This tutorial is supposed to help you through the setup and installation of scapy and the wifi dongle used in this tutorial.
I spent some time with scapy and want to share my knowledge since there are lots of spots where things can go wrong. I am using the TP-Link wifi dongle TL-WN722N V2.
I found that first of all you need to install your own driver to be able to use frame injection and monitor mode. Windows is not an option here because monitor mode was depreciated in earlier versions. Next I tried linux. As I am quiet new to linux myself I played around a little and found out that most tutorials on WIFI monitor mode are only working for kali linux, which is fine if you want to use it for hacking. Another operating system for which I can confirm the drivers working is Ubuntu (version 20.04.2 currently). I also tried installing the drivers on raspbian. It does not work, ubuntu server version can be installed on raspberry pi, though. I hope this saves you some trouble.
=> Use Kali or Ubuntu (desktop and server version both work for ubuntu)
After reading the above paragraph this should be quiet easy as all the tutorials made for kali linux also work for ubuntu. Below are the steps that I took to install everything:
sudo apt update
sudo apt install bc make gcc
sudo rmmod r8188eu.ko
git clone -b v5.2.20 https://github.com/aircrack-ng/rtl8812au.git
cd rtl8812au
sudo -i
echo "blacklist r8188eu" > "/etc/modprobe.d/realtek.conf"
exit
make
sudo make install
sudo modprobe 8188eu
The most common error for me appeared after calling make. This is often due to wrong kernels and can be fixed by switching to ubuntu or kali as this has to do with the operating system.
Do not forget to reboot before the next steps.
This is also somewhat difficult because, as for me even though using the same operating system on rpi and my desktop computer, errors appeared at different spots. My solution was to simply fiddle around with the code and just trying random combination, leading me to success.
It is important that you use iwconfig to determine the name of your wifi dongle
Use these commands
ifconfig wlan0 down
airmon-ng check kill //Only useful in some situations
usermod -a -G netdev USERNAME //In case the operation is not permitted even though you are root
iwconfig wlan0 mode monitor //On RPi simply use this command without turning wlan0 down
ifconfig wlan0 up
iwconfig //Check out whether you have been successful and the mode says 'monitor' now
No idea why it does not always work the same way but your are very likely to succeed with the above commands.
Finally, the fun stuff. Get ready to use pip to install scapy (python3 -m pip install scapy). Sadly, scapy only supports Python up to version 3.8, so make sure to have the correct version installed and activated as your default python. You also might need to run the script as root.
The code for sending packets is very straight forward:
from scapy.all import *
conf.use_pcap = True //Not quiet sure if this is optional
send(IP(dst="0.0.0.0")/UDP(dport=123, sport=200)/Raw(load="I am WIFI"), iface="wlan0", loop=1, inter=0.2)
I am not really trying to make a tutorial on how scapy itself works, only the big picture and how to set it up. It is a very interesting library and you should definitely check it out.
Most errors will arise from the import as it is crucial to use the proper python version! Also, the similar methods send() and sendp() troubled me a lot. I was unable to pick up anything with wireshark useing the sendp() method using the same parameters as above.
The iface="wlan0" is responsible for selecting the interface via which the packets are send. It should be matching with the interface you found earlier with the iwconfig command and set to monitor mode.

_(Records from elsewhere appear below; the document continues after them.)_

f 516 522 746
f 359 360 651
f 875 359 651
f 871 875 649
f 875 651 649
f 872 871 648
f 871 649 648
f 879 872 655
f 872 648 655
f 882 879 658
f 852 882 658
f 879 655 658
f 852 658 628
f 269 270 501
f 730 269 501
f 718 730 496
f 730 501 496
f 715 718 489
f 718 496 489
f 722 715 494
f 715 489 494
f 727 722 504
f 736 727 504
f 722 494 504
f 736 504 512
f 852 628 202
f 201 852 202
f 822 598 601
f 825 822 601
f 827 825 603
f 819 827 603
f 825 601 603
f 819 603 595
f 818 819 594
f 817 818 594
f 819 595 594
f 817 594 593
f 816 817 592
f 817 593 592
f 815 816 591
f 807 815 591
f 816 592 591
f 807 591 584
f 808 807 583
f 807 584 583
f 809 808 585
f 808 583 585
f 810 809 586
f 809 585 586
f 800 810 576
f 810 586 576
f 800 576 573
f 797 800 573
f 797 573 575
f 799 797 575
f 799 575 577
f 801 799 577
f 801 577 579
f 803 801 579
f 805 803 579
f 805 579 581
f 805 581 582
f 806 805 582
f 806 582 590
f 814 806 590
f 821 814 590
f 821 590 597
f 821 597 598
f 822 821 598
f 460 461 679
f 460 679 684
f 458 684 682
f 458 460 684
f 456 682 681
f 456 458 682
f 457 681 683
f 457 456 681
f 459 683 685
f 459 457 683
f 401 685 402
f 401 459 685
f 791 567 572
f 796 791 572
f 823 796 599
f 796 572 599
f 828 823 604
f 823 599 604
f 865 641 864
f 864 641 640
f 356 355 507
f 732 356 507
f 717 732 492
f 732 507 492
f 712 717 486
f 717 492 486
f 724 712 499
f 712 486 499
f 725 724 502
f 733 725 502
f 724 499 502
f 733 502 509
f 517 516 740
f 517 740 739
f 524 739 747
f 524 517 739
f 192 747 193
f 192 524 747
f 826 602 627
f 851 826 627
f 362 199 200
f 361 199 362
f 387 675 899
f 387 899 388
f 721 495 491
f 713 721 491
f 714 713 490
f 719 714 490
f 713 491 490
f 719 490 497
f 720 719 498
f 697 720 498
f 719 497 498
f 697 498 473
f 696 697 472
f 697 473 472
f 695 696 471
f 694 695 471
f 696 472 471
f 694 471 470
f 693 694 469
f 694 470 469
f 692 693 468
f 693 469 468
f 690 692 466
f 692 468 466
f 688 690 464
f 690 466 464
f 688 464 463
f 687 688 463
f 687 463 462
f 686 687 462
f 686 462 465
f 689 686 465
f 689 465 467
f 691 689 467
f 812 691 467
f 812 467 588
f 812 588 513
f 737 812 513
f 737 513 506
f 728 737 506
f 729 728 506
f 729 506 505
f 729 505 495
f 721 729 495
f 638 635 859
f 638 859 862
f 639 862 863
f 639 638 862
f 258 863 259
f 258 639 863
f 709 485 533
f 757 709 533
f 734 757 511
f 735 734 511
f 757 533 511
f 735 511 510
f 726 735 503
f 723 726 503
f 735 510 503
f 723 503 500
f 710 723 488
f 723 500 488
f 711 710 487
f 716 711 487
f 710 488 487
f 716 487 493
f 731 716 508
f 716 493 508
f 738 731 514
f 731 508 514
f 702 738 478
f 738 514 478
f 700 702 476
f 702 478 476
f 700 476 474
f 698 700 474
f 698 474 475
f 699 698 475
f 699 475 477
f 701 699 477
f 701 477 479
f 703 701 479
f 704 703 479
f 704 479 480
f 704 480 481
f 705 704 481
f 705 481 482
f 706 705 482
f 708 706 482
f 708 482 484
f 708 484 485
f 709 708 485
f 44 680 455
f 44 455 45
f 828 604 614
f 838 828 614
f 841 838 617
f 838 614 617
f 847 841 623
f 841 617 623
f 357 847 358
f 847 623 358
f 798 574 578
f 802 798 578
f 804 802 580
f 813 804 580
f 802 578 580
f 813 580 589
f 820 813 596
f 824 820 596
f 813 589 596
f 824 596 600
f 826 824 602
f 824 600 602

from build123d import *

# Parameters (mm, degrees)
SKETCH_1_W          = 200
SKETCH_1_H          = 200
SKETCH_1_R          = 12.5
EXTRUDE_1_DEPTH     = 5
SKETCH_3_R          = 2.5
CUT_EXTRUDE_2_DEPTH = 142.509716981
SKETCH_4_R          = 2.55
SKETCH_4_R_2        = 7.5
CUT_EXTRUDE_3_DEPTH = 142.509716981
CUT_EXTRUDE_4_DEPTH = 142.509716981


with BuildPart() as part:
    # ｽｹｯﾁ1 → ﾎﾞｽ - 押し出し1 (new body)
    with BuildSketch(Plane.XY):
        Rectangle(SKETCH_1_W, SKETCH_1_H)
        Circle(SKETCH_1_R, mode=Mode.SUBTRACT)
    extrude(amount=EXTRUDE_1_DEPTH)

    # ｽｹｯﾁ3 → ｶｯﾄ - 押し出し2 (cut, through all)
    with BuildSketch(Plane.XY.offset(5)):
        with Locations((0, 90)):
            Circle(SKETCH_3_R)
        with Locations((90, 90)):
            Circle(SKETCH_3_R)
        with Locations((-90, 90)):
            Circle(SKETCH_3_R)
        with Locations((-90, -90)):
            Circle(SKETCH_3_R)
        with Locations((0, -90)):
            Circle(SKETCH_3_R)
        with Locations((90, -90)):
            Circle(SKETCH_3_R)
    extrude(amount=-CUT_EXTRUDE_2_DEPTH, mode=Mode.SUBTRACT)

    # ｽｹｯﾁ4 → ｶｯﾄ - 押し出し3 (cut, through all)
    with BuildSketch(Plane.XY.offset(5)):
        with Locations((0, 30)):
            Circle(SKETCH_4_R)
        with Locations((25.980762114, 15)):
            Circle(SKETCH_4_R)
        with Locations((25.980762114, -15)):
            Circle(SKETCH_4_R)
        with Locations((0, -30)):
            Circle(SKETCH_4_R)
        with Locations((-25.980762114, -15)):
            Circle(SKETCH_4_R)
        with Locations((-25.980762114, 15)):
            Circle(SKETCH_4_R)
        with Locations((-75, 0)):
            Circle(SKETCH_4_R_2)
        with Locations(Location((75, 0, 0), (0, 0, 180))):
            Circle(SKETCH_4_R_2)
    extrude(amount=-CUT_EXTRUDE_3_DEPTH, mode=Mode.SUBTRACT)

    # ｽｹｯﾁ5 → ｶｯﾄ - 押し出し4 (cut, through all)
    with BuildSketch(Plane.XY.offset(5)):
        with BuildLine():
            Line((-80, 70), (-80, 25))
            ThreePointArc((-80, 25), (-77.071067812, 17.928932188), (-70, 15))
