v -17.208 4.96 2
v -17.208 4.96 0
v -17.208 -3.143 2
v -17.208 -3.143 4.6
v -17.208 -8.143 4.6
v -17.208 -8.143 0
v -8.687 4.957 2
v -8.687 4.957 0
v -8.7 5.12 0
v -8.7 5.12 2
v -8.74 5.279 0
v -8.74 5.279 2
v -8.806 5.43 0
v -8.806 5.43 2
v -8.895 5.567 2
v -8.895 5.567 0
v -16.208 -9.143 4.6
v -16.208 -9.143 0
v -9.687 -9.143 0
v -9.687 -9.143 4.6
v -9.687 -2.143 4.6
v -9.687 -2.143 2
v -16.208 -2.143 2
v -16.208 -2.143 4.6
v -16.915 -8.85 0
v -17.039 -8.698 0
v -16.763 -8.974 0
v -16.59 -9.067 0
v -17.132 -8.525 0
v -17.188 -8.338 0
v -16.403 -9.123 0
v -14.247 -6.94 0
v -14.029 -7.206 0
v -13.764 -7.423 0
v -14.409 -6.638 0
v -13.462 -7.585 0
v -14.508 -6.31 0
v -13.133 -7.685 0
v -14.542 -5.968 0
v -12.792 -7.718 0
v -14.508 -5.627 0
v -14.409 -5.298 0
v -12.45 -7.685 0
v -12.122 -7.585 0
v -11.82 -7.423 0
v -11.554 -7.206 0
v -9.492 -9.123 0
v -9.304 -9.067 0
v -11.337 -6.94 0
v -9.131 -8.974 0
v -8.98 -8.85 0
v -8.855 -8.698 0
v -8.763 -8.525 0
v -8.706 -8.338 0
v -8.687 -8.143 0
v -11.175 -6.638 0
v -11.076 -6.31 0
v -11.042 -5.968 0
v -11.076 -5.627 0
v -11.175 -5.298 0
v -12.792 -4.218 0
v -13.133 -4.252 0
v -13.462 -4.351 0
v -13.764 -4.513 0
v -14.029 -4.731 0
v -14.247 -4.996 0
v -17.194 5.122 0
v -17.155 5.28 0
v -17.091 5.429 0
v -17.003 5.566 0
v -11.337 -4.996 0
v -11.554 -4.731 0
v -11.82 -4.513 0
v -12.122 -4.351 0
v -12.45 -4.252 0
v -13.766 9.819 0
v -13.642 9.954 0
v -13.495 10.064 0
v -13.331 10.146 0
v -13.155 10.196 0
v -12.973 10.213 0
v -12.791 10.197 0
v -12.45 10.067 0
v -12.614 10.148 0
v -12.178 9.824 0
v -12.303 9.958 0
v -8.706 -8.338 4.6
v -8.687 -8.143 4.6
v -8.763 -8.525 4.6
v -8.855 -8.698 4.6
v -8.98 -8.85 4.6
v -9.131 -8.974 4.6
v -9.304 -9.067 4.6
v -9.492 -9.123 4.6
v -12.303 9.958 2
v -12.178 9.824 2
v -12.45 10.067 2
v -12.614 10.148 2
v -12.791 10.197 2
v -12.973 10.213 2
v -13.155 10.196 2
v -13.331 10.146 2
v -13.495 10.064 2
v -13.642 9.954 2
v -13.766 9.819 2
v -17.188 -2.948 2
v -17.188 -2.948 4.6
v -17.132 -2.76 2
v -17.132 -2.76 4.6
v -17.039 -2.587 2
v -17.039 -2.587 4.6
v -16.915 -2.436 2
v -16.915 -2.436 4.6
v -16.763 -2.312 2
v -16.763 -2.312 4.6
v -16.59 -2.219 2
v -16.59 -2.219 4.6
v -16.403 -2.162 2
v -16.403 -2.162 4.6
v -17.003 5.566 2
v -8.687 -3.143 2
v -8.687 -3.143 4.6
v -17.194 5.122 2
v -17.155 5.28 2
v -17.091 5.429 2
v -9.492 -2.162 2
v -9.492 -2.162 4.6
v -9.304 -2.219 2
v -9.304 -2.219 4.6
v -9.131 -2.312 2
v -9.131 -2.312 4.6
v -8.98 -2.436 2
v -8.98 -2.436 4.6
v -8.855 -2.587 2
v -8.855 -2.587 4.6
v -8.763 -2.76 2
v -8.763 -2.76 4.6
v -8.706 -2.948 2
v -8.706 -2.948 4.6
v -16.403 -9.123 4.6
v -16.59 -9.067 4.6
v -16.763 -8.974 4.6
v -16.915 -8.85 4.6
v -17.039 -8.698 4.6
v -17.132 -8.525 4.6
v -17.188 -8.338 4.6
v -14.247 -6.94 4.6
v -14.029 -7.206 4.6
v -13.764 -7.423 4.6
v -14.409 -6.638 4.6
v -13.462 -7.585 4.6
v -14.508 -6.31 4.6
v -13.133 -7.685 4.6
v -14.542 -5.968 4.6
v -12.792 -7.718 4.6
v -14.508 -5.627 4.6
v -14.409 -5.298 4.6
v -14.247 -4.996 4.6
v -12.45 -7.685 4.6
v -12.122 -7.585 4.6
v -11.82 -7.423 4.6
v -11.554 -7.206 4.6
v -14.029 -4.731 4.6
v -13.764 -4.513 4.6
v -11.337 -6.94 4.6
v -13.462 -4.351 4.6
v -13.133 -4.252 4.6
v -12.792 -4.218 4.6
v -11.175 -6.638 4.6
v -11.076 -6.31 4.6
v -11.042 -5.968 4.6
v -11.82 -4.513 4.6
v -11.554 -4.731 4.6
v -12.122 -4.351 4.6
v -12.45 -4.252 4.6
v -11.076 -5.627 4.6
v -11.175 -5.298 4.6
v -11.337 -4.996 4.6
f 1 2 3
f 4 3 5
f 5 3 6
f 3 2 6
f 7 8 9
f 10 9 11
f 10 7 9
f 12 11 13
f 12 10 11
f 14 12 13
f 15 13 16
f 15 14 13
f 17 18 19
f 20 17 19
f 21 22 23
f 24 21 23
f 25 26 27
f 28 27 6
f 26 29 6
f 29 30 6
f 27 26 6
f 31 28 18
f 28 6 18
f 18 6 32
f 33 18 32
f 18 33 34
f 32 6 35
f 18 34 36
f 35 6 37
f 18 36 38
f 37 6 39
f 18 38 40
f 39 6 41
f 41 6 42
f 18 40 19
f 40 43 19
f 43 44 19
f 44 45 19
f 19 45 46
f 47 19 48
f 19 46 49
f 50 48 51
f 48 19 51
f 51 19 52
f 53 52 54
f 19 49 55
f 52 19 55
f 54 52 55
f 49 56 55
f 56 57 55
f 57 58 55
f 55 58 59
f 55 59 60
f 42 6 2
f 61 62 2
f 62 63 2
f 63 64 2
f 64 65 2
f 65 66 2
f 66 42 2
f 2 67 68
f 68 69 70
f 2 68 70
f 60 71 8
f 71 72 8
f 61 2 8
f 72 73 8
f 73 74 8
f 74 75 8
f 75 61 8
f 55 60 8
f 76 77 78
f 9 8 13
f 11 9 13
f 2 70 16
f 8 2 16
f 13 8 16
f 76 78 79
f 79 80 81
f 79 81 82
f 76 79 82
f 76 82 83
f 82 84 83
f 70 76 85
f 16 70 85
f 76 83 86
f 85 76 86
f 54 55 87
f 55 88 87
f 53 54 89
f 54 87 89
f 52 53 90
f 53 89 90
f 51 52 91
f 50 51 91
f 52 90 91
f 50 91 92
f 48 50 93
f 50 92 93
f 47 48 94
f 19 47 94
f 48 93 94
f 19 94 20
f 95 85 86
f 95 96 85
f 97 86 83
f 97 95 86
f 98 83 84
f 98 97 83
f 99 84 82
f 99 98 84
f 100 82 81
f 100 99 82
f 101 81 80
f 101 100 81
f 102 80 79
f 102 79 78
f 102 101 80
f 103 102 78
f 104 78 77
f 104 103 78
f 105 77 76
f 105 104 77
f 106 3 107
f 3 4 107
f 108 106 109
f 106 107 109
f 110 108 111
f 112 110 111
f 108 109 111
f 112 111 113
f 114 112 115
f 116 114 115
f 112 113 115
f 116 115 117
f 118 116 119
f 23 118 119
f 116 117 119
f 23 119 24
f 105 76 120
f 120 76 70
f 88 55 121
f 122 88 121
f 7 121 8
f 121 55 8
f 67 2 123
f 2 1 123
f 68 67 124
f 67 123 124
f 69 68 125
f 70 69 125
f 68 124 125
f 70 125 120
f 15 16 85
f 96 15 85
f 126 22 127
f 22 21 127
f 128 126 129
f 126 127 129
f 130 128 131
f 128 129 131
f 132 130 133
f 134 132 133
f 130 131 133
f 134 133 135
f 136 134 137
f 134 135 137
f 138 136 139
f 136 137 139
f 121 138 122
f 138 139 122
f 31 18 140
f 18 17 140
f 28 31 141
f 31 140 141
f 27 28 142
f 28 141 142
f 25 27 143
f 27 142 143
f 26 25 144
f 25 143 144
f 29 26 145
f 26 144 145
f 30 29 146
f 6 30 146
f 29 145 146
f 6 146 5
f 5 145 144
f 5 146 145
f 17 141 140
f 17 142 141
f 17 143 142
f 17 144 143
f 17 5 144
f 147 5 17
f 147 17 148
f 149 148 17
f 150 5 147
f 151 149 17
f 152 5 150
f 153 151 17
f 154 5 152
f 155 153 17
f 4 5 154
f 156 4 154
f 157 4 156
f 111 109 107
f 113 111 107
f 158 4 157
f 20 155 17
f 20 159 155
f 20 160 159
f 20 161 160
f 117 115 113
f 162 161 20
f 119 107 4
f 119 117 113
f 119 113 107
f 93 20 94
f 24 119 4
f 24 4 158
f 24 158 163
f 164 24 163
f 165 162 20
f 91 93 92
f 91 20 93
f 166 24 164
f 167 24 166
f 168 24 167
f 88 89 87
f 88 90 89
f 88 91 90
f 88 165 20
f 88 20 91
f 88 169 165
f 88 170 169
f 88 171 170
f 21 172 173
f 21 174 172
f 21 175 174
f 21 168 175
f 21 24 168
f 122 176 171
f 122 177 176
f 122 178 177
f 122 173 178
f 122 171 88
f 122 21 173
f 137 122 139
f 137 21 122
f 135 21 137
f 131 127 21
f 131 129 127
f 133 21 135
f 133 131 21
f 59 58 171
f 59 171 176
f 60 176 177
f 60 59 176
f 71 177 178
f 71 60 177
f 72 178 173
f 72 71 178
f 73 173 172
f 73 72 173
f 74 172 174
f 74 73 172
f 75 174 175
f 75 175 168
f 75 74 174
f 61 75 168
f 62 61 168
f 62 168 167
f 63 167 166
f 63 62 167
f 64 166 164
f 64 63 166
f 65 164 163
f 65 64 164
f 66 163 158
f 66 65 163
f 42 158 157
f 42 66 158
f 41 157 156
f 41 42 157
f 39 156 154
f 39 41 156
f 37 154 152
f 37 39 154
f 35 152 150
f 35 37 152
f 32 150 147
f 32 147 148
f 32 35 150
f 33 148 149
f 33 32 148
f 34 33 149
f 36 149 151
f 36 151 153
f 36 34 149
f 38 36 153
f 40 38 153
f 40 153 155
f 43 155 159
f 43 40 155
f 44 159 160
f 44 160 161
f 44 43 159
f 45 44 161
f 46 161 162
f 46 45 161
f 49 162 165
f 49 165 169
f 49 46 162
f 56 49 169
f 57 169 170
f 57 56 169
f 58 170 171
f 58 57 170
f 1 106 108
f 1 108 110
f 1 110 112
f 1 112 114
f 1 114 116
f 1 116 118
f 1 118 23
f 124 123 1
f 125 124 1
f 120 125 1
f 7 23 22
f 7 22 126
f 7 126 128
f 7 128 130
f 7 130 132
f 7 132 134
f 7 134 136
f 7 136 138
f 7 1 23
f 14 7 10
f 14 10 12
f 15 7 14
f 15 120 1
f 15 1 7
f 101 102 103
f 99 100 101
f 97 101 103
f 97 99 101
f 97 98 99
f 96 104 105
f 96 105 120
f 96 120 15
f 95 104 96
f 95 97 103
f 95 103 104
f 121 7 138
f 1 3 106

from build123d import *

# Parameters (mm, degrees)
F0_R     = 1.75
F1_DEPTH = 4.6
F2_DEPTH = 2
F3_R     = 1
F4_R     = 1
F5_R     = 1
F6_R     = 1


with BuildPart() as f1:
    # F0 (on Top) → F1 (new body)
    with BuildSketch(Plane.XY):
        Polygon((-17.207691, -2.142988), (-17.207691, -9.142705), (-8.686733, -9.142705), (-8.686733, -2.142988), (-16.240229, -2.142988), align=None)
        with Locations((-12.791907, -5.968139)):
            Circle(F0_R, mode=Mode.SUBTRACT)
    extrude(amount=F1_DEPTH)

    # F0 (on Top) → F2 (join)
    with BuildSketch(Plane.XY):
        Polygon((-17.207691, 5.29756), (-17.207691, -2.142988), (-16.240229, -2.142988), (-8.686733, -2.142988), (-8.686733, 5.29756), (-12.975041, 10.857295), align=None)
    extrude(amount=F2_DEPTH)

    # F3
    f3_edges = [f1.edges().sort_by_distance(p)[0] for p in [
        (-8.686733, -9.142705, 2.3),
    ]]
    fillet(f3_edges, radius=F3_R)

    # F4
    f4_edges = [f1.edges().sort_by_distance(p)[0] for p in [
        (-17.207691, -9.142705, 2.3),
    ]]
    fillet(f4_edges, radius=F4_R)

    # F5
    f5_edges = [f1.edges().sort_by_distance(p)[0] for p in [
        (-17.207691, -2.142988, 3.3),
    ]]
    fillet(f5_edges, radius=F5_R)

    # F6
    f6_edges = [f1.edges().sort_by_distance(p)[0] for p in [
        (-8.686733, -2.142988, 3.3),
        (-12.975041, 10.857295, 1),
        (-8.686733, 5.29756, 1),
        (-17.207691, 5.29756, 1),
    ]]
    fillet(f6_edges, radius=F6_R)


solid = f1.part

Wireshark is an awesome tool for prototyping whatever you want to do. If something is not working you should start looking there first. You can use it to identify what you are sending by running Wireshark on the transmitting wifi dongle or use another wifi dongle to pick up your packets. If you have done everything correctly and run the python script, while recording with Wireshark, you should be picking up many of the "I am WIFI" messages.
Thank you for going thorugh all of this. I hope I saved some people from all-nighters trying to figure out kernels, drivers or version mismatching. Do ask me questions.